Boiled down, the theory posits that in a world with more and more information for humans to digest, the scarcity of their attention becomes a valuable commodity.
Over 50 years later, while older media survive and claw for scraps of advertising revenue, today’s attention economy exists predominantly in the online ecosystem and nowhere more so than on social media sites.
Like TV and radio before them, as largely free-to-use services, behemoths like Meta, Snapchat, TikTok, and others don’t generate their billions in ever-growing annual revenue from users — it comes from advertisers. And with children and teenagers among the largest cohorts of users, all manner of companies have shown little compunction about using the websites and apps to market their products and services specifically to one of society’s most vulnerable populations.
In the matrix of harms posed to Canadian youth through regular or excessive social media use, targeted advertising may not be as worrisome as cyberbullying, predators, pornography or the host of other dangers, but it’s no less pervasive.
The risk of harm doesn’t come from the targeted advertising-based business model alone, according to Vikram Bhargava, but from the “conjunction” of those ads simultaneously being “hyper-tailored in real time toward the individual.”
“When you take the two of them … it renders it such that the user is just a sort of entity to be manipulated with respect to the advertiser’s interests,” the assistant professor of strategic management, public policy and philosophy (by courtesy) at George Washington University in D.C. told National Post in an interview.
“And this is, in some ways, what generates this wide range of problems that have come about in part to these platforms.”
But while tech CEOs and leaders are semi-regularly called to testify before the U.S. Congress about troublesome aspects of their products, often at the expense of its reputation and their own, Bhargava said advertisers seem to escape that scrutiny, even though they are the primary social media customers.
“Many people would think that if you were sort of consuming from a different kind of business that was engaged in another untoward practices, you’re, at least in some way, expressively endorsing support or contributing to their ability to undertake these untoward practices,” he said.
“In the context of addiction, you might think of it as akin to a beer company going to and advertising at an Alcoholics Anonymous convention.”

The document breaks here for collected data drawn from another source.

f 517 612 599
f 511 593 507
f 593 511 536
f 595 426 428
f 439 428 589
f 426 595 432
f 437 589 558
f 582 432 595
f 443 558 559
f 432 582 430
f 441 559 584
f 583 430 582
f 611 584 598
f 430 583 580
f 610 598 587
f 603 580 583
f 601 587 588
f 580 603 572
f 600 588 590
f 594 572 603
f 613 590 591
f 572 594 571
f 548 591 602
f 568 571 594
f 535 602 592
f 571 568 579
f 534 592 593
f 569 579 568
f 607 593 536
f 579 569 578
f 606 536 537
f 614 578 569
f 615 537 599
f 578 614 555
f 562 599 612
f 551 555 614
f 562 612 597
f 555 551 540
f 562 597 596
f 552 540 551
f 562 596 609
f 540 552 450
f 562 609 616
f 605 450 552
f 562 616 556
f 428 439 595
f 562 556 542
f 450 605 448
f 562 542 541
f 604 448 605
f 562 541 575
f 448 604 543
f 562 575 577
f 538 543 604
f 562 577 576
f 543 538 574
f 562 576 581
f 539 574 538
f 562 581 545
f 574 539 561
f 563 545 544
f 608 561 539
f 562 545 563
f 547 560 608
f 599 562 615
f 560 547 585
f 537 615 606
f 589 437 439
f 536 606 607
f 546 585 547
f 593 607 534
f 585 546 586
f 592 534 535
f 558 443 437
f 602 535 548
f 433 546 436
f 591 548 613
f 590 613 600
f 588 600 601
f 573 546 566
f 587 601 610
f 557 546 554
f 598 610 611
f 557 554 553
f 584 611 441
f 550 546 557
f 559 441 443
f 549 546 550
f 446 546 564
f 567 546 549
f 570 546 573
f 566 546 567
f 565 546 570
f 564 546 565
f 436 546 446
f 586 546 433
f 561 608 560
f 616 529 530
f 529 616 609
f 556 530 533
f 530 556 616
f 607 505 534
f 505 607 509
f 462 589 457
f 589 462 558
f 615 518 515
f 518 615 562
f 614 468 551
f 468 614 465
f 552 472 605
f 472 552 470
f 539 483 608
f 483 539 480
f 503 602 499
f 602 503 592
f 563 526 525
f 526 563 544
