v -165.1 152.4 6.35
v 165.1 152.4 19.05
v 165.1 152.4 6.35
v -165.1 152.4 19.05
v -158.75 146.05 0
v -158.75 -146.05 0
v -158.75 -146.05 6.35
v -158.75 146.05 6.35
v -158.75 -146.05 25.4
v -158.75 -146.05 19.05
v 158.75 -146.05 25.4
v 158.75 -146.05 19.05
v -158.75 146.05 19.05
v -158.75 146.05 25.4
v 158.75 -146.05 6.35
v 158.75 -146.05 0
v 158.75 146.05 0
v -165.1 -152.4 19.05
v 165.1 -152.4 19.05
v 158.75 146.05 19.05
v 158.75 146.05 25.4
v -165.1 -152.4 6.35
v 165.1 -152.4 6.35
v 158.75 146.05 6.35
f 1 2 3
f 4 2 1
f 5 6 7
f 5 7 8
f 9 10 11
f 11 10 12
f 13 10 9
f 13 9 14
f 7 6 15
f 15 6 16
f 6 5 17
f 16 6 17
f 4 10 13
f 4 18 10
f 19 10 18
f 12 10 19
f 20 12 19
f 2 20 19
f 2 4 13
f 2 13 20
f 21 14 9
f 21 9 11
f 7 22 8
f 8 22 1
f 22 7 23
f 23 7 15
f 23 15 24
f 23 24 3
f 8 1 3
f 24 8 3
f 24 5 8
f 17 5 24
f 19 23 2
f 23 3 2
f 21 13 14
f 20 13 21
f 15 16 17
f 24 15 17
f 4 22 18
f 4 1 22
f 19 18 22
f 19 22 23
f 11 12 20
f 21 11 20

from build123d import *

# Parameters (mm, degrees)
F0_W     = 317.5
F0_H     = 292.1
F1_DEPTH = 25.4
F2_W     = 292.1
F2_H     = 12.7
F3_DEPTH = 6.35
F4_W     = 292.1
F4_H     = 12.7
F5_DEPTH = 6.35
F7_DEPTH = 6.35
F8_W     = 330.2
F8_H     = 12.7
F9_DEPTH = 6.35


with BuildPart() as f1:
    # F0 (on Top) → F1 (new body)
    with BuildSketch(Plane.XY):
        Rectangle(F0_W, F0_H)
    extrude(amount=F1_DEPTH)

    # F2 (on face) → F3 (join)
    with BuildSketch(Plane.YZ.offset(158.75)):
        with Locations((0, 12.7)):
            Rectangle(F2_W, F2_H)
    extrude(amount=F3_DEPTH)

    # F4 (on face) → F5 (join)
    with BuildSketch(Plane(origin=(-158.75, 0, 0), x_dir=(0, -1, 0), z_dir=(-1, 0, 0))):
        with Locations((0, 12.7)):
            Rectangle(F4_W, F4_H)
    extrude(amount=F5_DEPTH)

    # F6 (on face) → F7 (join)
    with BuildSketch(Plane(origin=(0, 146.05, 0), x_dir=(-1, 0, 0), z_dir=(0, 1, 0))):
        Polygon((-158.75, 19.05), (-165.1, 19.05), (-165.1, 6.35), (-158.75, 6.35), (158.75, 6.35), (165.1, 6.35), (165.1, 19.05), (158.75, 19.05), align=None)
    extrude(amount=F7_DEPTH)

    # F8 (on face) → F9 (join)
    with BuildSketch(Plane.XZ.offset(146.05)):
        with Locations((0, 12.7)):
            Rectangle(F8_W, F8_H)
    extrude(amount=F9_DEPTH)


solid = f1.part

‘Using you against yourself’
The addictive nature of social media is a problem that’s long been on Bhargava’s radar.
Unlike traditional advertising, every time they log on and start scrolling, offering up scores of data about their likes and dislikes, people willingly but unknowingly train adaptive algorithms to serve up more of the former, keeping the user dialled in and exposed to more targeted ads.

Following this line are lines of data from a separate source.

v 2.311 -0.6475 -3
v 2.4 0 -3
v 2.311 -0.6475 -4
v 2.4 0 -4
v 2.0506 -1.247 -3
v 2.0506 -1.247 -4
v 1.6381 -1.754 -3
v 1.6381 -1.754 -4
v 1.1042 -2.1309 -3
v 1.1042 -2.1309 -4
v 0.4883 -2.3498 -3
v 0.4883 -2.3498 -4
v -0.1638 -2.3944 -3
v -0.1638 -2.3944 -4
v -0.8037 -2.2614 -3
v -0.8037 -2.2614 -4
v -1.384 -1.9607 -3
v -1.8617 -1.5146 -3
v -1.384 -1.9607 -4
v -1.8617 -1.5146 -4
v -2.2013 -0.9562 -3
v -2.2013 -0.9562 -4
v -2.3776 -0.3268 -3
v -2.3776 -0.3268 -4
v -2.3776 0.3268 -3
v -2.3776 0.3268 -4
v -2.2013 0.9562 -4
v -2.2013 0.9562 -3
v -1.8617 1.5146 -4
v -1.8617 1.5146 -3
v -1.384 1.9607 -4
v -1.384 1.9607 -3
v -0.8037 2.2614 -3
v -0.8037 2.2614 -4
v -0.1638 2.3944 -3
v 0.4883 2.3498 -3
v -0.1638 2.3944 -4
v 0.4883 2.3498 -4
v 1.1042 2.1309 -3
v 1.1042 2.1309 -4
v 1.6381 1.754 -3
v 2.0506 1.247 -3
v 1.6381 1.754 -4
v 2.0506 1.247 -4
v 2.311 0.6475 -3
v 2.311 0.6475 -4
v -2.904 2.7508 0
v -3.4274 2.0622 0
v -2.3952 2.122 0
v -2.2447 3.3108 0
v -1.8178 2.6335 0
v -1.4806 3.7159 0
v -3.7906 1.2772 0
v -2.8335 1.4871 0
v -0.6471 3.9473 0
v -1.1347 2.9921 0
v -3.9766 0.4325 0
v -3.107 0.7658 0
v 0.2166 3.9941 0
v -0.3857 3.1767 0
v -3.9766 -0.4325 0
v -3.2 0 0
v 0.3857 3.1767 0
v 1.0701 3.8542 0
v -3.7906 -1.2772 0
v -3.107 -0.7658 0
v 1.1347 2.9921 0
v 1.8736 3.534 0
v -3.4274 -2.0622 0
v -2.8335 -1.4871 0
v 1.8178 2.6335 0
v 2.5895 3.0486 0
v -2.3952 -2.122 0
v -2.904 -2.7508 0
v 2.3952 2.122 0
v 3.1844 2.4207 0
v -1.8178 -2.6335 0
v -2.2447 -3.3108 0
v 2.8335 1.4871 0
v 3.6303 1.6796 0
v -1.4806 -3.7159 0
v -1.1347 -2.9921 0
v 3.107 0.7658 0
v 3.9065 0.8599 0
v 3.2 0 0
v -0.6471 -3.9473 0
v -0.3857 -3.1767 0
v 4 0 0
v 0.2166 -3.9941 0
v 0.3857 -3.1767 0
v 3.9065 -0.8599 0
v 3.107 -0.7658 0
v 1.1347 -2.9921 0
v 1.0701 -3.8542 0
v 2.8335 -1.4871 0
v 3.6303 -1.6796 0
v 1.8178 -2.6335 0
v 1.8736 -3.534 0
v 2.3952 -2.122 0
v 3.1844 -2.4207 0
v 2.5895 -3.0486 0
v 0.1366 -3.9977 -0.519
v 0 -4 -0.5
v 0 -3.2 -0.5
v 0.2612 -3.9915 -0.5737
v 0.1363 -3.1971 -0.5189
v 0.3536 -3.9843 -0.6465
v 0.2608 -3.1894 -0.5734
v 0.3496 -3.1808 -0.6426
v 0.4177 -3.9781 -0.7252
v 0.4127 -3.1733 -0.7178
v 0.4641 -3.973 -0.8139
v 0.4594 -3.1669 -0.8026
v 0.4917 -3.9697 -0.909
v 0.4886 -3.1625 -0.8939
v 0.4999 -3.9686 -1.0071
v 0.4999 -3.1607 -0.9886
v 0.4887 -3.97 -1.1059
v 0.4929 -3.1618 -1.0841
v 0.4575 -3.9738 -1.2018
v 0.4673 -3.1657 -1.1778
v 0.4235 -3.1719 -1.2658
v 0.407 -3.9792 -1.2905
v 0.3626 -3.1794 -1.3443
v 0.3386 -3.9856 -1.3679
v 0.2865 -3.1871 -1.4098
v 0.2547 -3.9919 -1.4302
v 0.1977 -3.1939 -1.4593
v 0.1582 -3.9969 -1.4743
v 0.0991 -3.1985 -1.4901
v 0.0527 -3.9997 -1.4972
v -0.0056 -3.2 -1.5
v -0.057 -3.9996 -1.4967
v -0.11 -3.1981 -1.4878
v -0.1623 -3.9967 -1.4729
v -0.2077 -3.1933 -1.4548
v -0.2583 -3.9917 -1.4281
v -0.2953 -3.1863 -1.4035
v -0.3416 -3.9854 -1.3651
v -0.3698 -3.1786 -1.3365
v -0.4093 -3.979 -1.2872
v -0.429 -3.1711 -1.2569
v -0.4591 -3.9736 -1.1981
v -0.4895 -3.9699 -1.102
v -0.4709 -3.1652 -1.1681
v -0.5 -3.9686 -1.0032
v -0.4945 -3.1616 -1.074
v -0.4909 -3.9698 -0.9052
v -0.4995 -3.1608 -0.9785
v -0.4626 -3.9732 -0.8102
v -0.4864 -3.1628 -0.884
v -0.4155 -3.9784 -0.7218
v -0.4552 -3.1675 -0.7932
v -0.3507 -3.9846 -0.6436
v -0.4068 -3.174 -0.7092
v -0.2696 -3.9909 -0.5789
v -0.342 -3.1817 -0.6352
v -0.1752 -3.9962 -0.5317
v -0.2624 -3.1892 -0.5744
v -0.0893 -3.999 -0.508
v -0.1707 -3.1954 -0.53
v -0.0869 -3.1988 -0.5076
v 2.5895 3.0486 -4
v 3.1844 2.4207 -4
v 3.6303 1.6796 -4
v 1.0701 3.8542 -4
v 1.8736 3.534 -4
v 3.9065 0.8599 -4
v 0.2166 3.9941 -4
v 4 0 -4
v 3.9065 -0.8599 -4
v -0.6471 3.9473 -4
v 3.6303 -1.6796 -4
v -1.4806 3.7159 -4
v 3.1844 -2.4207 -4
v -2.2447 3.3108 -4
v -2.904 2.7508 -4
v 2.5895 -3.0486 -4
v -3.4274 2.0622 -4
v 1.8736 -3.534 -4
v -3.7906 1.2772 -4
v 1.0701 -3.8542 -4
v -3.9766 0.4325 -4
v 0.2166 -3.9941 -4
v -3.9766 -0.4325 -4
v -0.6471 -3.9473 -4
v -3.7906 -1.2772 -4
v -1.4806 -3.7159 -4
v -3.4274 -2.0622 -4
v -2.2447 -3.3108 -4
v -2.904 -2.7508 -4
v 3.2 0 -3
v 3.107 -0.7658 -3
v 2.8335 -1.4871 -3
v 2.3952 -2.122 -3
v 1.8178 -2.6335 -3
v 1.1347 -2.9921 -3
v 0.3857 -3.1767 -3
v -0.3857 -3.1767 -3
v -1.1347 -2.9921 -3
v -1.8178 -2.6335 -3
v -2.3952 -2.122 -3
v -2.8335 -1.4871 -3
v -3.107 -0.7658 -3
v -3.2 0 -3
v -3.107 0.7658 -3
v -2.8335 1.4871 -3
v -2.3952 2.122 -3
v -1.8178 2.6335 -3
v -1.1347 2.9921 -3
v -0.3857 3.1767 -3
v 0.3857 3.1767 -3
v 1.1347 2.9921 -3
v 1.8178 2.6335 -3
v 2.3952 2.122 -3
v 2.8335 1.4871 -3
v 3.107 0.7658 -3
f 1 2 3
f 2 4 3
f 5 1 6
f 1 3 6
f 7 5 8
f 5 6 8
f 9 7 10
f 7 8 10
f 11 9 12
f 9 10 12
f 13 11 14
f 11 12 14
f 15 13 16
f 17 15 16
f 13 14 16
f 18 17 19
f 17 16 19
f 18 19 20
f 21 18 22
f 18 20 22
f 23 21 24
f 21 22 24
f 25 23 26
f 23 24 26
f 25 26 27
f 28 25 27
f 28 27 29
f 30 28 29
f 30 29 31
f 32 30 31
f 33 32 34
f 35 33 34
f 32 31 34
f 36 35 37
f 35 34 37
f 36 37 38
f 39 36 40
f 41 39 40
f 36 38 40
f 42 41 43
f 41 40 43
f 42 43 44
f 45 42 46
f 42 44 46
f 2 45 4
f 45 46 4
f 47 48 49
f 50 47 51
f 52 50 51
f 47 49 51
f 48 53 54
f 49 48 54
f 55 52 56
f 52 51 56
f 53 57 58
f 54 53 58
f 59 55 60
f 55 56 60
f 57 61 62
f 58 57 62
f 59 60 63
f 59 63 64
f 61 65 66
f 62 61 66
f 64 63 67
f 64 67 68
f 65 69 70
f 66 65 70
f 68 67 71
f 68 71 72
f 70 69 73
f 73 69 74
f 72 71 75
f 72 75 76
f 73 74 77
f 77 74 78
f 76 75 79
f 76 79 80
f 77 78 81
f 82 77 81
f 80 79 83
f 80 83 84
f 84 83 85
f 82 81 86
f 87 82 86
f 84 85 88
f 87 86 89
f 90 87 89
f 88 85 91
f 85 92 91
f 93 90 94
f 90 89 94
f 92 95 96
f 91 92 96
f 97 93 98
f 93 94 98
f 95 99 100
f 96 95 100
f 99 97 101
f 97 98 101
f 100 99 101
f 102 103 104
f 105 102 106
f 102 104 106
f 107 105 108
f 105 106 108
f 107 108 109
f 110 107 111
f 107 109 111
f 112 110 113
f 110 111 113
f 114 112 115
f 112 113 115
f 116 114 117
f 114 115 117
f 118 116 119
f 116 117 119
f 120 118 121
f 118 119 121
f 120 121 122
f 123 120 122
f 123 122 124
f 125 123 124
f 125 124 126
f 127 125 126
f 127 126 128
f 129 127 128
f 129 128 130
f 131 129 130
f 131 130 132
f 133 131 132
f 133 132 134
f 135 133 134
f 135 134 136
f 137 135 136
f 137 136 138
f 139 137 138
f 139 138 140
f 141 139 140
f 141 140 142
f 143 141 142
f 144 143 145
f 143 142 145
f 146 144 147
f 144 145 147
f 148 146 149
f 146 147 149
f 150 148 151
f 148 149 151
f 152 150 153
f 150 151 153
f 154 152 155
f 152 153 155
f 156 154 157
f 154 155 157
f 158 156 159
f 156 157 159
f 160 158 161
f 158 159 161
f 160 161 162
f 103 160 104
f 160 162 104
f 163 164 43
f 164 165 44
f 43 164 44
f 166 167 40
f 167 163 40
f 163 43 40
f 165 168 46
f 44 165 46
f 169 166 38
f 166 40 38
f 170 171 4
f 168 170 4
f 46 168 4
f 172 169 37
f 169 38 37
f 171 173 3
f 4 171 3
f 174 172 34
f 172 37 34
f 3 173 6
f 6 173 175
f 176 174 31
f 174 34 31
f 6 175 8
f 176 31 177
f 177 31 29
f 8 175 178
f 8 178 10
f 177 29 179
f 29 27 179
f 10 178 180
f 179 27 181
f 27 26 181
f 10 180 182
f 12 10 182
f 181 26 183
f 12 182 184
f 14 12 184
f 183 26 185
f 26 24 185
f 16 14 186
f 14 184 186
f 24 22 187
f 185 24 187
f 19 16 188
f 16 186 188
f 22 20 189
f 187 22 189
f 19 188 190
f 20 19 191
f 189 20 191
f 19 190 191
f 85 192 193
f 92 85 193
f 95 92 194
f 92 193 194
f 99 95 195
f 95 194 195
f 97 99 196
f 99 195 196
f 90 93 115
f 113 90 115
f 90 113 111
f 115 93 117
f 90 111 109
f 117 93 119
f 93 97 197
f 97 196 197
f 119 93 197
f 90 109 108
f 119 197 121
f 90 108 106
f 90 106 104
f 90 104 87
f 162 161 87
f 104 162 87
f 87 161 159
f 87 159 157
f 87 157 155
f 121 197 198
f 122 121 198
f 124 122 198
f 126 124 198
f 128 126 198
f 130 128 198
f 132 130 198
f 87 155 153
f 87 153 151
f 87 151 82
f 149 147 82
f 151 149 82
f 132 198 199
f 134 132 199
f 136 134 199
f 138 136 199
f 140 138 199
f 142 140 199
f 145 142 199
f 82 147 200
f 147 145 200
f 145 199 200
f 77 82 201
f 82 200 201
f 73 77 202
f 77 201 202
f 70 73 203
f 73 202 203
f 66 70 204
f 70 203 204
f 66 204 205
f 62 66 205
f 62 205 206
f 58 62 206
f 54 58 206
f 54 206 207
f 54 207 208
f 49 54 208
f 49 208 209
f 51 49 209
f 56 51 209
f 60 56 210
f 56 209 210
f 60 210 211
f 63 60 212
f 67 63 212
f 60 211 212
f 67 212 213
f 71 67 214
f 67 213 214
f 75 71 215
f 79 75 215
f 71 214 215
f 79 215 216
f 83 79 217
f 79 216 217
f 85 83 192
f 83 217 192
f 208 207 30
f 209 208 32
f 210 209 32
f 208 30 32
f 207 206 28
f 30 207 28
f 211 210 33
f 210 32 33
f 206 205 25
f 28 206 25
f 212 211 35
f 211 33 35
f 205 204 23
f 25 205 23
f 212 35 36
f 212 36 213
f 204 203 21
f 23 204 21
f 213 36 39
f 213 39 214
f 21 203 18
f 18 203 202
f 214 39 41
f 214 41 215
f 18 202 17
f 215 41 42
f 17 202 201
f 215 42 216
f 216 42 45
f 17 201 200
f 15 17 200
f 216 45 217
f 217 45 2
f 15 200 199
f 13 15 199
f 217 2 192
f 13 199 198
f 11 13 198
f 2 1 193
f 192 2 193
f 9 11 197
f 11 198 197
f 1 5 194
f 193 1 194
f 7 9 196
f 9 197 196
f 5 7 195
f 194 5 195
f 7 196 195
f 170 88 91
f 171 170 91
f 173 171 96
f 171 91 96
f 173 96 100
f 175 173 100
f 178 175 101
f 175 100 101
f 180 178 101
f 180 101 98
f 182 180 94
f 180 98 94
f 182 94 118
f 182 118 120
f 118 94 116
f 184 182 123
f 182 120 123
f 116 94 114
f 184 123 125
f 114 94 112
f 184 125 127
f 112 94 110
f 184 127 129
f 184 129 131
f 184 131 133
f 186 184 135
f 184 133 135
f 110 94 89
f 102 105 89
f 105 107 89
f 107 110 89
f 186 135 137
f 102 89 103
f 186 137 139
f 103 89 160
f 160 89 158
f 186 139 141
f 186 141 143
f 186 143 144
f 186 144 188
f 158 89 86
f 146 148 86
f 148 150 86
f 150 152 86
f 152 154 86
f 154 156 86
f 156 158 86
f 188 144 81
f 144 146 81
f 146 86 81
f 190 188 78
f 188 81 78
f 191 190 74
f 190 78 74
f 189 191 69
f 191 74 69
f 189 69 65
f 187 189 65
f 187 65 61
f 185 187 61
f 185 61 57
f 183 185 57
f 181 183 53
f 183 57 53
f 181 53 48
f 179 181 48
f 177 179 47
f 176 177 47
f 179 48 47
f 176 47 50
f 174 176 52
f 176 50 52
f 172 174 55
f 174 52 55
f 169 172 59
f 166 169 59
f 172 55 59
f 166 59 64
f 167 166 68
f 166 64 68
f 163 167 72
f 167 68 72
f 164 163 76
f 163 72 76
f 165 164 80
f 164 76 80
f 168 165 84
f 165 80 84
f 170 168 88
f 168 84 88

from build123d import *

# Parameters (mm, degrees)
SKETCH_3_R          = 0.5
CUT_EXTRUDE_1_DEPTH = 10


with BuildPart() as part:
    # 草图2 → 旋转1 (revolve)
    with BuildSketch(Plane(origin=(0, 0, 0), x_dir=(0, 0, -1), z_dir=(1, 0, 0)), mode=Mode.PRIVATE) as revolve_1_sk:
        Polygon((0, 3.2), (3, 3.2), (3, 2.4), (4, 2.4), (4, 4), (0, 4), align=None)
    revolve(revolve_1_sk.sketch.rotate(Axis((0, 0, 0), (0, 0, -1)), 90), axis=Axis((0, 0, 0), (0, 0, -1)))

    # 草图3 → 切除-拉伸1 (cut)
    with BuildSketch(Plane(origin=(0, 0, 0), x_dir=(1, 0, 0), z_dir=(0, 1, 0))):
        with Locations(Location((0, 1, 0), (0, 0, 270))):
            Circle(SKETCH_3_R)
    extrude(amount=-CUT_EXTRUDE_1_DEPTH, mode=Mode.SUBTRACT)


solid = part.part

“That’s what adds this insult to injury, this using you against yourself dimension,” Bhargava said of the product changing.
Their addictiveness was established in a California courtroom last week, where a jury ruled in favour of the complainant in a civil case who said she became addicted to Google’s YouTube and Meta’s Instagram due to their design, eventually leading to depression and suicidal ideation that required medical intervention. The 20-year-old was awarded $6 million in damages, but had previously settled out of court with TikTok and Snapchat, entities she also sued, but settled with out of court.
A day earlier, a case brought forward by New Mexico ended with Meta ordered to pay $375 million after a jury determined it knowingly harmed children’s mental health and concealed knowledge of child sexual exploitation on its platforms.
Google is appealing, as will Meta with both.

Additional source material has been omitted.